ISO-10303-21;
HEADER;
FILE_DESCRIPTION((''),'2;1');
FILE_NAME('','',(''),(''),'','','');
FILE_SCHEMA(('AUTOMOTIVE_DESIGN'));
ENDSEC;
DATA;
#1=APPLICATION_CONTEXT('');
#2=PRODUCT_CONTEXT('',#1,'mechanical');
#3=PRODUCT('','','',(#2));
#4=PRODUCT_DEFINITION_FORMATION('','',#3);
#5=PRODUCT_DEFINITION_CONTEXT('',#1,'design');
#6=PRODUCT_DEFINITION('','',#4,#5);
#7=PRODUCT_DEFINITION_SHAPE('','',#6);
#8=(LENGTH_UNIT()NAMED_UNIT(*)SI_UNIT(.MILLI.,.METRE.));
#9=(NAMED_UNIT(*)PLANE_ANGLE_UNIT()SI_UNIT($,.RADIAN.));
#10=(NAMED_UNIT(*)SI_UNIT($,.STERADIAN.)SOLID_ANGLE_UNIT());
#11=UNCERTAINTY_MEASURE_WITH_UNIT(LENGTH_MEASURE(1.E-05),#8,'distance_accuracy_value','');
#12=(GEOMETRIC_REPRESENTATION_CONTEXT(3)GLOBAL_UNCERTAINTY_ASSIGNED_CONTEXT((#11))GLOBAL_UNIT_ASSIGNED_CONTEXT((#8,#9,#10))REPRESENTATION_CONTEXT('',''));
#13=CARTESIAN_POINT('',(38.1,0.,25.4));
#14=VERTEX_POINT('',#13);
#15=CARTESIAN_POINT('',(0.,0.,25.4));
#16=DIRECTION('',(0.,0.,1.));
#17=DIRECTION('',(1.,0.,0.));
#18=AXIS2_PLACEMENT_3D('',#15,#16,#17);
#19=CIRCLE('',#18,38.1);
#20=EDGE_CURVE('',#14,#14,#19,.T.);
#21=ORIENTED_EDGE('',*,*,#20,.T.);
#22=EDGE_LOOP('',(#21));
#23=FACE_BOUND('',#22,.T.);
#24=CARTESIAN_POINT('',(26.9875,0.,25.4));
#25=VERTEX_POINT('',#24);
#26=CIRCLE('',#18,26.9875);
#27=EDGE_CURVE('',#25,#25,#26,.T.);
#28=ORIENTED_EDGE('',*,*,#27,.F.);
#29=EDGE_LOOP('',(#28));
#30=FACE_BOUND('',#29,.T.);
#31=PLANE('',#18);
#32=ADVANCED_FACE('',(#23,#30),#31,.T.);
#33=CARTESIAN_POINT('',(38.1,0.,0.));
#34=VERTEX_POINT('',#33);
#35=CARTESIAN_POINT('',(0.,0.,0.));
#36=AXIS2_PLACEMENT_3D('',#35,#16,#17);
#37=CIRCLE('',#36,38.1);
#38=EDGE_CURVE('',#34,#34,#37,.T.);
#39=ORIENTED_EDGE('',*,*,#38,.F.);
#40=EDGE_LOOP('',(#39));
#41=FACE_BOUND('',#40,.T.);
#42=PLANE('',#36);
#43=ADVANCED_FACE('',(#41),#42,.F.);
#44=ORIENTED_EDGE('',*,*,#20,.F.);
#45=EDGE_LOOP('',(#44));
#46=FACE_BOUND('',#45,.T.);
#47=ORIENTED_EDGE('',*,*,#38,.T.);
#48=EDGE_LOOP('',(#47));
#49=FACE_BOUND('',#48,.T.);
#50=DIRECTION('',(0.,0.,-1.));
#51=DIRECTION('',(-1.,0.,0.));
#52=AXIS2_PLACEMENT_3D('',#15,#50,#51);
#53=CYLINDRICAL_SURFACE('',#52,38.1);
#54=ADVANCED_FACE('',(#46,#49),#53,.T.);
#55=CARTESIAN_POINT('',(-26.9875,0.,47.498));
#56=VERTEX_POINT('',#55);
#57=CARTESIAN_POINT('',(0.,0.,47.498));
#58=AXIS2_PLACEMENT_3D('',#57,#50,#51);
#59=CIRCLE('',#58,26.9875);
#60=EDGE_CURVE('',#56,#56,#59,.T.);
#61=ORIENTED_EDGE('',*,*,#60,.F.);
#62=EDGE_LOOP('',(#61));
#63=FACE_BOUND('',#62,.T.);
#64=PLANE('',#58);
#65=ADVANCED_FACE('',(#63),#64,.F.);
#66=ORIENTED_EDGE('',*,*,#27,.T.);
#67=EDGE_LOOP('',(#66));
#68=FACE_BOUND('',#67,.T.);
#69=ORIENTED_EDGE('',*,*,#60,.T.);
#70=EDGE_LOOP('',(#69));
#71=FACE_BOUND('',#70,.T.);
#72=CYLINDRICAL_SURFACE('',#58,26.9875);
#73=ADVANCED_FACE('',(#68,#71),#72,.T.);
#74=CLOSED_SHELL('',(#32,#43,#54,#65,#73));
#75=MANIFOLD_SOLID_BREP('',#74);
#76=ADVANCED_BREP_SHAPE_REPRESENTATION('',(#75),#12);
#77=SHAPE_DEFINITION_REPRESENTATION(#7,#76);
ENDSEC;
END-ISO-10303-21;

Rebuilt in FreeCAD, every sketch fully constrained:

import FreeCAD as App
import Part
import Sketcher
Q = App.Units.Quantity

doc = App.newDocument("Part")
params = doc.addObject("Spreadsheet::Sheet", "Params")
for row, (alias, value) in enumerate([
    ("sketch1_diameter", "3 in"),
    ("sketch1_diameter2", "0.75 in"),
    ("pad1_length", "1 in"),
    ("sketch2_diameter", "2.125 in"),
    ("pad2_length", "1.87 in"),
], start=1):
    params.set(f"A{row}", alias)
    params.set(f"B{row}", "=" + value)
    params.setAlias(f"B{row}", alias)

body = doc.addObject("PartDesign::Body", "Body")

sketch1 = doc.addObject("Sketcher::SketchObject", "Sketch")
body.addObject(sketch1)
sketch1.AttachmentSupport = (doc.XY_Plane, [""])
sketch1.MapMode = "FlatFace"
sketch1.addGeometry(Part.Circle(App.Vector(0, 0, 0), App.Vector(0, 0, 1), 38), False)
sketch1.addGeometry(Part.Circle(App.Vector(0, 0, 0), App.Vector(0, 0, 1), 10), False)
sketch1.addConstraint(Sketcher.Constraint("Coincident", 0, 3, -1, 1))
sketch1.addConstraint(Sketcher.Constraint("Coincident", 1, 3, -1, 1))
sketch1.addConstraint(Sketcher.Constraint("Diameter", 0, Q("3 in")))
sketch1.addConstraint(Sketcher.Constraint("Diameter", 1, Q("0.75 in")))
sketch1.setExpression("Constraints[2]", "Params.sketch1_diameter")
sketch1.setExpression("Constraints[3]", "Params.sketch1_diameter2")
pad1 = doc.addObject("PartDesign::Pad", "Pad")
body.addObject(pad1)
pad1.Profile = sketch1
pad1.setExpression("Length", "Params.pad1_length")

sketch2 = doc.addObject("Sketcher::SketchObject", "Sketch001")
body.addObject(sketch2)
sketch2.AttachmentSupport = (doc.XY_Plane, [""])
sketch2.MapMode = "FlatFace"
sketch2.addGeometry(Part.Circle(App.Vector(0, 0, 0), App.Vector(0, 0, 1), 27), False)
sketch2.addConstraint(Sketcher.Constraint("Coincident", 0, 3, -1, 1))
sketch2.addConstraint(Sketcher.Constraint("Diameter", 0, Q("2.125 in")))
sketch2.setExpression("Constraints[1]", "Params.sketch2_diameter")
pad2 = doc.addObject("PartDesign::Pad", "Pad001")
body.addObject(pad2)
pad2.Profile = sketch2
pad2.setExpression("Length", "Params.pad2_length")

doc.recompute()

-------------------------

## Work to be completed
All that should appear in the response is the run of lines from the first line of the entries through the line containing "#56=VERTEX_POINT('',#55);", copied exactly.

## Solution
ISO-10303-21;
HEADER;
FILE_DESCRIPTION((''),'2;1');
FILE_NAME('','',(''),(''),'','','');
FILE_SCHEMA(('AUTOMOTIVE_DESIGN'));
ENDSEC;
DATA;
#1=APPLICATION_CONTEXT('');
#2=PRODUCT_CONTEXT('',#1,'mechanical');
#3=PRODUCT('','','',(#2));
#4=PRODUCT_DEFINITION_FORMATION('','',#3);
#5=PRODUCT_DEFINITION_CONTEXT('',#1,'design');
#6=PRODUCT_DEFINITION('','',#4,#5);
#7=PRODUCT_DEFINITION_SHAPE('','',#6);
#8=(LENGTH_UNIT()NAMED_UNIT(*)SI_UNIT(.MILLI.,.METRE.));
#9=(NAMED_UNIT(*)PLANE_ANGLE_UNIT()SI_UNIT($,.RADIAN.));
#10=(NAMED_UNIT(*)SI_UNIT($,.STERADIAN.)SOLID_ANGLE_UNIT());
#11=UNCERTAINTY_MEASURE_WITH_UNIT(LENGTH_MEASURE(1.E-05),#8,'distance_accuracy_value','');
#12=(GEOMETRIC_REPRESENTATION_CONTEXT(3)GLOBAL_UNCERTAINTY_ASSIGNED_CONTEXT((#11))GLOBAL_UNIT_ASSIGNED_CONTEXT((#8,#9,#10))REPRESENTATION_CONTEXT('',''));
#13=CARTESIAN_POINT('',(38.1,0.,25.4));
#14=VERTEX_POINT('',#13);
#15=CARTESIAN_POINT('',(0.,0.,25.4));
#16=DIRECTION('',(0.,0.,1.));
#17=DIRECTION('',(1.,0.,0.));
#18=AXIS2_PLACEMENT_3D('',#15,#16,#17);
#19=CIRCLE('',#18,38.1);
#20=EDGE_CURVE('',#14,#14,#19,.T.);
#21=ORIENTED_EDGE('',*,*,#20,.T.);
#22=EDGE_LOOP('',(#21));
#23=FACE_BOUND('',#22,.T.);
#24=CARTESIAN_POINT('',(26.9875,0.,25.4));
#25=VERTEX_POINT('',#24);
#26=CIRCLE('',#18,26.9875);
#27=EDGE_CURVE('',#25,#25,#26,.T.);
#28=ORIENTED_EDGE('',*,*,#27,.F.);
#29=EDGE_LOOP('',(#28));
#30=FACE_BOUND('',#29,.T.);
#31=PLANE('',#18);
#32=ADVANCED_FACE('',(#23,#30),#31,.T.);
#33=CARTESIAN_POINT('',(38.1,0.,0.));
#34=VERTEX_POINT('',#33);
#35=CARTESIAN_POINT('',(0.,0.,0.));
#36=AXIS2_PLACEMENT_3D('',#35,#16,#17);
#37=CIRCLE('',#36,38.1);
#38=EDGE_CURVE('',#34,#34,#37,.T.);
#39=ORIENTED_EDGE('',*,*,#38,.F.);
#40=EDGE_LOOP('',(#39));
#41=FACE_BOUND('',#40,.T.);
#42=PLANE('',#36);
#43=ADVANCED_FACE('',(#41),#42,.F.);
#44=ORIENTED_EDGE('',*,*,#20,.F.);
#45=EDGE_LOOP('',(#44));
#46=FACE_BOUND('',#45,.T.);
#47=ORIENTED_EDGE('',*,*,#38,.T.);
#48=EDGE_LOOP('',(#47));
#49=FACE_BOUND('',#48,.T.);
#50=DIRECTION('',(0.,0.,-1.));
#51=DIRECTION('',(-1.,0.,0.));
#52=AXIS2_PLACEMENT_3D('',#15,#50,#51);
#53=CYLINDRICAL_SURFACE('',#52,38.1);
#54=ADVANCED_FACE('',(#46,#49),#53,.T.);
#55=CARTESIAN_POINT('',(-26.9875,0.,47.498));
#56=VERTEX_POINT('',#55);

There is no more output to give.